Entretanto, a tese de doutorado de um brasileiro, na prestigiada Escola Kennedy de Governo e Gestão Pública da Universidade de Harvard, adota o mesmo título e coleciona uma série de evidências a favor do argumento. Observar o estudo e suas conclusões não é defender a corrupção, mas entendê-la.

Segundo o trabalho de Guilherme Lichand, uma operação anti-corrupção liderada pelo governo federal piorou o serviço de saúde oferecido por municípios brasileiros. Sim, piorou.

O Programa de Sorteios Públicos e como ele, de fato, combateu a corrupção

Antes de mais nada, é necessário familiarizar-se com o programa implementado pelo Governo Federal, que por sua vez teve o intuito de combater a corrupção e, posteriormente, observar se este foi eficaz na execução de seu propósito.
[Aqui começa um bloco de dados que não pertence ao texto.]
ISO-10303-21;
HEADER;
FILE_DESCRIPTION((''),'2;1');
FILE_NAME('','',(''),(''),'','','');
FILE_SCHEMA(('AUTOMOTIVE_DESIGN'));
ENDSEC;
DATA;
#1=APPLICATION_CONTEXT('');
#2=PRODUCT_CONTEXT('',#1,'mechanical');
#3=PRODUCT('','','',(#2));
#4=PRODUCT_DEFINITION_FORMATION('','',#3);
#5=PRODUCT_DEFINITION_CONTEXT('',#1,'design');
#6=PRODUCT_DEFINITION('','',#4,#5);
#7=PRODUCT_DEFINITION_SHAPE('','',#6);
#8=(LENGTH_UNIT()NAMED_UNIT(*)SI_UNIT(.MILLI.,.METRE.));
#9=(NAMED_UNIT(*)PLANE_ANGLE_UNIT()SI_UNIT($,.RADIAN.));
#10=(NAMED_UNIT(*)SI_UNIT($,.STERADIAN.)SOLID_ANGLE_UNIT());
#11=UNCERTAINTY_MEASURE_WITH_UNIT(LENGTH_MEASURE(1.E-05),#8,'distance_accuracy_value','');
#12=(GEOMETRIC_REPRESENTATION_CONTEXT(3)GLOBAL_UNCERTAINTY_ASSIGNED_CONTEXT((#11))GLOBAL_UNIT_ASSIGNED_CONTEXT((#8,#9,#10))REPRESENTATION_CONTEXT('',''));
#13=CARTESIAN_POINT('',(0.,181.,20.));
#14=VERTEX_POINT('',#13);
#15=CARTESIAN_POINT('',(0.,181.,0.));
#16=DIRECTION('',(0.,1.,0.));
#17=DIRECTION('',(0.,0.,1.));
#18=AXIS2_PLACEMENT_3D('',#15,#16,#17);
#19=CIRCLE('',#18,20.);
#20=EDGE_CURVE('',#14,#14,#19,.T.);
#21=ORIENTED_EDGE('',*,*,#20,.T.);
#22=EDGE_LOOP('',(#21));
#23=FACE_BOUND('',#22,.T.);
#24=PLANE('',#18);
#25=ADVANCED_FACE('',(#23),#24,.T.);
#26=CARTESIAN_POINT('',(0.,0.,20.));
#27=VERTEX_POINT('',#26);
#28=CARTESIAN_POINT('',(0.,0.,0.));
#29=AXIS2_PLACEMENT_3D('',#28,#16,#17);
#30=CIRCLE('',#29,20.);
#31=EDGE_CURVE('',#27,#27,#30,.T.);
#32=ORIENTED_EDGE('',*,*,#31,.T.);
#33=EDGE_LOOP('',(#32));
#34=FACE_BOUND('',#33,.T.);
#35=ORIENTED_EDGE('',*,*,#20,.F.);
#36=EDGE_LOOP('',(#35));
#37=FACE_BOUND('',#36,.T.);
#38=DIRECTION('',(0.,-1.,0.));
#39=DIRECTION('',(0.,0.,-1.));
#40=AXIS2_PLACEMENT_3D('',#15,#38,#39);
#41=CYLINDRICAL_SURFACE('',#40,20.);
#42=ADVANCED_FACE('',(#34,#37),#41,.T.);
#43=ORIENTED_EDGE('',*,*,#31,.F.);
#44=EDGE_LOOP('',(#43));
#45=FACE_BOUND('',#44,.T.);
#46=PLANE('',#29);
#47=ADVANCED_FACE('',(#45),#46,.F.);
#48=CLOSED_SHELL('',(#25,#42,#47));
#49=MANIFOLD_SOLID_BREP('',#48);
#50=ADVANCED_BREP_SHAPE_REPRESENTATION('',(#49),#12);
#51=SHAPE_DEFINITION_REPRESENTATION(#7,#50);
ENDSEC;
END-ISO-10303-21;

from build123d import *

# Parameters (mm, degrees)
IZIM1_R                     = 20
Y_KSEKLIK_EKSTR_ZYON1_DEPTH = 181


with BuildPart() as part:
    # Çizim1 → Yükseklik-Ekstrüzyon1 (new body)
    with BuildSketch(Plane(origin=(0, 0, 0), x_dir=(1, 0, 0), z_dir=(0, 1, 0))):
        with Locations(Location((0, 0, 0), (0, 0, 270))):
            Circle(IZIM1_R)
    extrude(amount=Y_KSEKLIK_EKSTR_ZYON1_DEPTH)


solid = part.part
O Programa de Sorteios Públicos, assim como veio a ser chamado, foi anunciado em janeiro de 2003 e serve à Controladoria Geral da União (CGU) como instrumento de dissuasão de esquemas criminosos entre as distintas esferas da Administração Pública.

A metodologia é simples e consiste no sorteio de municípios a serem auditados como maneira de fiscalizar se os repasses de recursos estão sendo corretamente aplicados, seguindo as diretrizes pré-estabelecidas.

Segundo as estimações dos autores o Programa de Sorteios foi responsável pela redução de mais da metade das ocorrências reportadas de corrupção. O simples anúncio do programa, feito em 2003, ajudou a motivar a queda.

Também se observou o impacto do sorteio de um município na corrupção dos seus vizinhos, que caiu drasticamente. Os efeitos de combate a corrupção se mantiveram ao longo do tempo, mostrando-se eficazes aos propósitos almejados.

Os autores dividiram em duas as ocorrências de corrupção: a “high procurement-intensity” se refere a falsificação de documentos, evidências de empresas fantasmas e favorecimento a determinados vendedores, que afetam determinados tipo de procedimento; “low procurement-intensity” são superfaturamentos e certas omissões da contabilidade.

O gráfico abaixo representa a brusca queda dos níveis de corrupção com a introdução do Programa de Sorteios Públicos, controlada pelos subgrupos anteriores.

 

Como o Programa de Sorteios Públicos pode ter piorado serviços municipais de saúde

Além de constatar de que o Programa de Sorteios Públicos foi eficaz no combate à corrupção, Guilherme averiguou alguns dos seus efeitos sobre o sistema municipal de saúde.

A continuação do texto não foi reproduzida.